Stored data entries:

__________________________________________________

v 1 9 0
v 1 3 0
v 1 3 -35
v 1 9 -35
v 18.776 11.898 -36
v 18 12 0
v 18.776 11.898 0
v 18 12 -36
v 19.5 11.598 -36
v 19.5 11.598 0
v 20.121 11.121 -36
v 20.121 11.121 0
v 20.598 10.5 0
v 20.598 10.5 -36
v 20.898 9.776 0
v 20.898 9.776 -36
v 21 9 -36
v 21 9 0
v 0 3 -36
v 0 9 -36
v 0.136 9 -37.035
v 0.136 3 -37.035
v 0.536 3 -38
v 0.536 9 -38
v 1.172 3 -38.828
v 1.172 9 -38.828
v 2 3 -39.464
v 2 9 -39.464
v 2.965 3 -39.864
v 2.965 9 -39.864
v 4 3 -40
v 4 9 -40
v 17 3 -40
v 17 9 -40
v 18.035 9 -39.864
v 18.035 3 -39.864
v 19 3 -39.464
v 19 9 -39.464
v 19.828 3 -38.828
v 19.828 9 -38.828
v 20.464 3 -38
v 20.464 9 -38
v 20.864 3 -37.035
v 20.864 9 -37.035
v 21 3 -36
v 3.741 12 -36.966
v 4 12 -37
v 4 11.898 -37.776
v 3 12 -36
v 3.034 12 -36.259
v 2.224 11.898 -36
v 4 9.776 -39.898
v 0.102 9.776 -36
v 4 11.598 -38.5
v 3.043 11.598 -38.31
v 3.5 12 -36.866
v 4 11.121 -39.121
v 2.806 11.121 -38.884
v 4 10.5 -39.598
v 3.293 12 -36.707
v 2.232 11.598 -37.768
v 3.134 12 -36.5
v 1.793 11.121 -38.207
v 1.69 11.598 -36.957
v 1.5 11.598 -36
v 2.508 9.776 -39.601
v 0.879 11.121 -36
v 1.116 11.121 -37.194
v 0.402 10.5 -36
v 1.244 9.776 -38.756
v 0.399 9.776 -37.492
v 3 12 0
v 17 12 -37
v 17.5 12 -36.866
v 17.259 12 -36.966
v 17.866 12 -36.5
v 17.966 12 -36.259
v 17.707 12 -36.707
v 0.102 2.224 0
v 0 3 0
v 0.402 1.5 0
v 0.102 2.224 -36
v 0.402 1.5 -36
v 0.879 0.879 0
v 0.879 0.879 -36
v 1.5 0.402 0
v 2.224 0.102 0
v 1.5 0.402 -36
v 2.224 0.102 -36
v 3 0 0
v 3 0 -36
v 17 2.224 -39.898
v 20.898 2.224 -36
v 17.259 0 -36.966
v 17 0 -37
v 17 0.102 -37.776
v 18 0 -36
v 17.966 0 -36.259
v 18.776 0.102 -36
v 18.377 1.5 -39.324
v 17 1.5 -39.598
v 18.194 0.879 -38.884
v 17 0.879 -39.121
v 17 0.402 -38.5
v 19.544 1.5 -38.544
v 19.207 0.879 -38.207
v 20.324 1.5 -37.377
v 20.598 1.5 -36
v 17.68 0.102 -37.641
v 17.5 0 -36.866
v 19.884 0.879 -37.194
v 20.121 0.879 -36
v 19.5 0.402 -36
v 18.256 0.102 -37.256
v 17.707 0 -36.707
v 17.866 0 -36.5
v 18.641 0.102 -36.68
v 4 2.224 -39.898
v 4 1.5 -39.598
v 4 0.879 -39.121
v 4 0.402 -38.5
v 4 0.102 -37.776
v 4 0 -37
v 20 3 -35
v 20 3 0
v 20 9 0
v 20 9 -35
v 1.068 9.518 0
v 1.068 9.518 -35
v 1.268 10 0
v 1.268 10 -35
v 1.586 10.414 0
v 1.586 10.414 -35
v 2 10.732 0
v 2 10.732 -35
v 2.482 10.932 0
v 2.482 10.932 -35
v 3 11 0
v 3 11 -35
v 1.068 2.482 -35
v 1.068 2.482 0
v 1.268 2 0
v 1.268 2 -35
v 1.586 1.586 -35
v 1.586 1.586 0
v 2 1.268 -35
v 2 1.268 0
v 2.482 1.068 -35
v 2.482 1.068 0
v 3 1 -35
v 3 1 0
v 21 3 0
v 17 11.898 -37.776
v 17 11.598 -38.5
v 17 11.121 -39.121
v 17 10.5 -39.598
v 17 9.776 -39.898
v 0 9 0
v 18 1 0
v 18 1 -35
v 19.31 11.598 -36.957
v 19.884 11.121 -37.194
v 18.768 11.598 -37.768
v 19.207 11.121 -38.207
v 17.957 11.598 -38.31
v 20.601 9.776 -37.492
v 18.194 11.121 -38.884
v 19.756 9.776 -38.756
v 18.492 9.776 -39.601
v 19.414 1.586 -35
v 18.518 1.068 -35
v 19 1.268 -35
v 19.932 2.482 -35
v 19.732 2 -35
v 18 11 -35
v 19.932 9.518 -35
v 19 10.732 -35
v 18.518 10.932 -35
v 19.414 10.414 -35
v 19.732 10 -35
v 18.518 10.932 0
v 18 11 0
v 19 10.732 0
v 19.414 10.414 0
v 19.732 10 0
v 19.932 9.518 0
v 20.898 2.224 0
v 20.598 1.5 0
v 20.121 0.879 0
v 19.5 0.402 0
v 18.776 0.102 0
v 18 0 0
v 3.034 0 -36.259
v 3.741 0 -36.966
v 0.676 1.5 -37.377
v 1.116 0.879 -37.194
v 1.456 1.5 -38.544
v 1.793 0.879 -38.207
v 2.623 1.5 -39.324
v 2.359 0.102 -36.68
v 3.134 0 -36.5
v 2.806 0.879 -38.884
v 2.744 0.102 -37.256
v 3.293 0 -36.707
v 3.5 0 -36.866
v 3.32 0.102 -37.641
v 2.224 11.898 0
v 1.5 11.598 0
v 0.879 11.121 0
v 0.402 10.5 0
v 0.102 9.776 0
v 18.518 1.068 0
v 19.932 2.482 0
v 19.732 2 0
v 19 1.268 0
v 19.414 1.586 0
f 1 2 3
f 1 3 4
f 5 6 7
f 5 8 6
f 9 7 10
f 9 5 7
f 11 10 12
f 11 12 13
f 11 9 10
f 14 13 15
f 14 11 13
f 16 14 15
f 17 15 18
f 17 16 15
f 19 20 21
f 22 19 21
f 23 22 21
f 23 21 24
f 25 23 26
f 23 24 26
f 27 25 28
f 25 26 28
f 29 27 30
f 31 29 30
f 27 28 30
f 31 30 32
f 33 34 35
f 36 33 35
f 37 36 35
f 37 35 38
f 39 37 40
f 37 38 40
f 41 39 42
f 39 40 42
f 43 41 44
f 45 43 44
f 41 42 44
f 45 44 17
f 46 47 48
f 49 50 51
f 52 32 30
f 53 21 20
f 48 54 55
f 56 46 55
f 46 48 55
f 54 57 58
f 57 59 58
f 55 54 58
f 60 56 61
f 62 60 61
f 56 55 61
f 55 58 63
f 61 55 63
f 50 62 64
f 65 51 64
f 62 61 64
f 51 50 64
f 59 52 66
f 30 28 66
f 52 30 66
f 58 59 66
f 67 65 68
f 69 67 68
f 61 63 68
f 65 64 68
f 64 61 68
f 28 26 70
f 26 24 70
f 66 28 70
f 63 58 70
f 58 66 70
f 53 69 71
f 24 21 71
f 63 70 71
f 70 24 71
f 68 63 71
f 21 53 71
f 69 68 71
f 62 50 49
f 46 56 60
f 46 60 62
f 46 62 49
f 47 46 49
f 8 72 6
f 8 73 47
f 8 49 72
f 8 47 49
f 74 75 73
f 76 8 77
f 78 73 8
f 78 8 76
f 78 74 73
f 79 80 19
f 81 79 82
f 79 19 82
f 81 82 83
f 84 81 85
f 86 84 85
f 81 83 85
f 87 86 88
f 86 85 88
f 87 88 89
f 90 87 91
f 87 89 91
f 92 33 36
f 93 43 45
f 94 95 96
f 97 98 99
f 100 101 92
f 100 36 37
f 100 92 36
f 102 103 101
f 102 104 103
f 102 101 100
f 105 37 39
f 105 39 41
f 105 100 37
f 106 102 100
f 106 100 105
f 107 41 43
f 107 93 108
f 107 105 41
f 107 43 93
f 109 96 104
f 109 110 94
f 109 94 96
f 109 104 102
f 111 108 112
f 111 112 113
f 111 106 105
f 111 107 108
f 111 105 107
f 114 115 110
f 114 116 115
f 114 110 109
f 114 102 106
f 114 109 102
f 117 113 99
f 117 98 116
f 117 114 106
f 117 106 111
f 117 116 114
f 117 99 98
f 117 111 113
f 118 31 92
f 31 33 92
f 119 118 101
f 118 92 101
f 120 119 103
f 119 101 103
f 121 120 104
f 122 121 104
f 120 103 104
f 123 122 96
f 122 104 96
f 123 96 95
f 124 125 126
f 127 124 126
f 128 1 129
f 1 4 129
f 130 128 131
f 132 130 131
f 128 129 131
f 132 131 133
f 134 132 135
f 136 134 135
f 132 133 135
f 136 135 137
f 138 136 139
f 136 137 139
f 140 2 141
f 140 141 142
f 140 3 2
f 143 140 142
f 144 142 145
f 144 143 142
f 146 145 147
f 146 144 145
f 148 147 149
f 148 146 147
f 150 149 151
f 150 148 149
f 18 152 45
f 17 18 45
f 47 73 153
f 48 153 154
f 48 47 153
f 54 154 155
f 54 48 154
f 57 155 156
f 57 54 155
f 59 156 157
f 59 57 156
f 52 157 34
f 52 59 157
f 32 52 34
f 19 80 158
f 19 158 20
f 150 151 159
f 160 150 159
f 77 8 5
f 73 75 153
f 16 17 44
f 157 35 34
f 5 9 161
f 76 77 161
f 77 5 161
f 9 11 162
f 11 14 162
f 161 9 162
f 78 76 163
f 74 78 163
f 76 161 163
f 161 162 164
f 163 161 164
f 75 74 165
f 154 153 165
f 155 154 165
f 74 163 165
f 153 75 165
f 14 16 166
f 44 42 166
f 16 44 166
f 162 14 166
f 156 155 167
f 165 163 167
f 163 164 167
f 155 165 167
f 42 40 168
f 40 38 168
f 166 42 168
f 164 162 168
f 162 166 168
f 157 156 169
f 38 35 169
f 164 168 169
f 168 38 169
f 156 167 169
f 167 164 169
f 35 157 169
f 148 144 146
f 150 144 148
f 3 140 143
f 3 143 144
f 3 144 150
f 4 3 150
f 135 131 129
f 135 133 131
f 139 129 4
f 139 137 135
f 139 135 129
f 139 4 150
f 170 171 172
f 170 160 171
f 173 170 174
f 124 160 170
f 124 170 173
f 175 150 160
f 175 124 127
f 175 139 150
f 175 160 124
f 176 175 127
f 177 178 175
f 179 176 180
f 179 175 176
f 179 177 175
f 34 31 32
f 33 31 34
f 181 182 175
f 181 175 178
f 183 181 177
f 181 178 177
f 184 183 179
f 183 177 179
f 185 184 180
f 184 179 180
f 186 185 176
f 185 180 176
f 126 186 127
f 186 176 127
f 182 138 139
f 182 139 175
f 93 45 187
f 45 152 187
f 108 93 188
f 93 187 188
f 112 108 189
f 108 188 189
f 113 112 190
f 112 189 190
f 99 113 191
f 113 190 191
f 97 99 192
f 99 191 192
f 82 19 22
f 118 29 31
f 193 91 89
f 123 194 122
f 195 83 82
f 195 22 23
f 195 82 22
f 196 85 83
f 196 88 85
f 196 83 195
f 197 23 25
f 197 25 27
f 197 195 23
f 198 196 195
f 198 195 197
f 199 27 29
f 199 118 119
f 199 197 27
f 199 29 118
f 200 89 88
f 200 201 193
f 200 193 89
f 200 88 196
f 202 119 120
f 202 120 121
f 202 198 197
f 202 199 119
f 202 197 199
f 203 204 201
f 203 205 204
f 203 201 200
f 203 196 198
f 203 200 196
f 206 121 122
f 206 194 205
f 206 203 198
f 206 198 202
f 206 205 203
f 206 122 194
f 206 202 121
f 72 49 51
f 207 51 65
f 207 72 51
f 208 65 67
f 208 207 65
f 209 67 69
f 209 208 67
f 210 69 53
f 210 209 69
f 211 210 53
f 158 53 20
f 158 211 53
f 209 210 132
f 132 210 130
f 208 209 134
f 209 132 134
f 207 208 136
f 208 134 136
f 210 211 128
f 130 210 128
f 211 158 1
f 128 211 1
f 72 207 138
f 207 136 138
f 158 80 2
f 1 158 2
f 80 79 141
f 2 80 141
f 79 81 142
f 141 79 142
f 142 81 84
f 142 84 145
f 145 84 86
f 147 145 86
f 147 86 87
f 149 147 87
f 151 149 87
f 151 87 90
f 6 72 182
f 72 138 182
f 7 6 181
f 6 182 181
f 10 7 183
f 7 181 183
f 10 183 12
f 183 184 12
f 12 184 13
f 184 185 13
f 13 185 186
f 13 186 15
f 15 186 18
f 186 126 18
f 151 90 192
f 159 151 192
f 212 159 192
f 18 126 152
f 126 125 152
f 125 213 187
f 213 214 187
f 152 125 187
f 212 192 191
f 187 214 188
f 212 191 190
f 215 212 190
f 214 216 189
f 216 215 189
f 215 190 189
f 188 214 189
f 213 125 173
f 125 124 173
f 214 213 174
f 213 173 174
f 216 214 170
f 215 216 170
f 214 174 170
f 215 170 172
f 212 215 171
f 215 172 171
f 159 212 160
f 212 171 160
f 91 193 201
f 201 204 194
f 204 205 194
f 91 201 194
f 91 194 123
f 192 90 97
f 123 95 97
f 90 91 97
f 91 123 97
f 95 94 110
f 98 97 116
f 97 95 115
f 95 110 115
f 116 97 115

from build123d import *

# Parameters (mm, degrees)
SKETCH1_W           = 21
SKETCH1_H           = 40
BOSS_EXTRUDE1_DEPTH = 12
SKETCH4_W           = 19
SKETCH4_H           = 10
CUT_EXTRUDE2_DEPTH  = 35
FILLET5_R           = 4
FILLET6_R           = 3
FILLET8_R           = 2


with BuildPart() as part:
    # Sketch1 → Boss-Extrude1 (new body)
    with BuildSketch(Plane(origin=(0, 0, 0), x_dir=(1, 0, 0), z_dir=(0, 1, 0))):
        with Locations((10.5, 20)):
            Rectangle(SKETCH1_W, SKETCH1_H)
    extrude(amount=BOSS_EXTRUDE1_DEPTH)

    # Sketch4 → Cut-Extrude2 (cut)
    with BuildSketch(Plane.XY):
        with Locations((10.5, 6)):
            Rectangle(SKETCH4_W, SKETCH4_H)
    extrude(amount=-CUT_EXTRUDE2_DEPTH, mode=Mode.SUBTRACT)

    # Fillet5
    fillet5_edges = [part.edges().sort_by_distance(p)[0] for p in [
        (0, 6, -40),
        (21, 6, -40),
    ]]
    fillet(fillet5_edges, radius=FILLET5_R)

    # Fillet6
    fillet6_edges = [part.edges().sort_by_distance(p)[0] for p in [
        (21, 12, -18),
        (0, 0, -18),
        (0, 12, -18),
        (10.5, 0, -40),
        (19.828427125, 0, -38.828427125),
        (1.171572875, 0, -38.828427125),
        (10.5, 12, -40),
        (19.828427125, 12, -38.828427125),
        (1.171572875, 12, -38.828427125),
        (21, 0, -18),
    ]]
    fillet(fillet6_edges, radius=FILLET6_R)

    # Fillet8
    fillet8_edges = [part.edges().sort_by_distance(p)[0] for p in [
        (20, 11, -17.5),
        (20, 1, -17.5),
        (1, 1, -17.5),
        (1, 11, -17.5),
    ]]
    fillet(fillet8_edges, radius=FILLET8_R)


solid = part.part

__________________________________________________

_What to produce_
Your answer should be the lines above from the one containing "f 109 94 96" through the one containing "f 130 128 131", copied exactly and with both ends kept.

_Exercise answer_
f 109 94 96
f 109 104 102
f 111 108 112
f 111 112 113
f 111 106 105
f 111 107 108
f 111 105 107
f 114 115 110
f 114 116 115
f 114 110 109
f 114 102 106
f 114 109 102
f 117 113 99
f 117 98 116
f 117 114 106
f 117 106 111
f 117 116 114
f 117 99 98
f 117 111 113
f 118 31 92
f 31 33 92
f 119 118 101
f 118 92 101
f 120 119 103
f 119 101 103
f 121 120 104
f 122 121 104
f 120 103 104
f 123 122 96
f 122 104 96
f 123 96 95
f 124 125 126
f 127 124 126
f 128 1 129
f 1 4 129
f 130 128 131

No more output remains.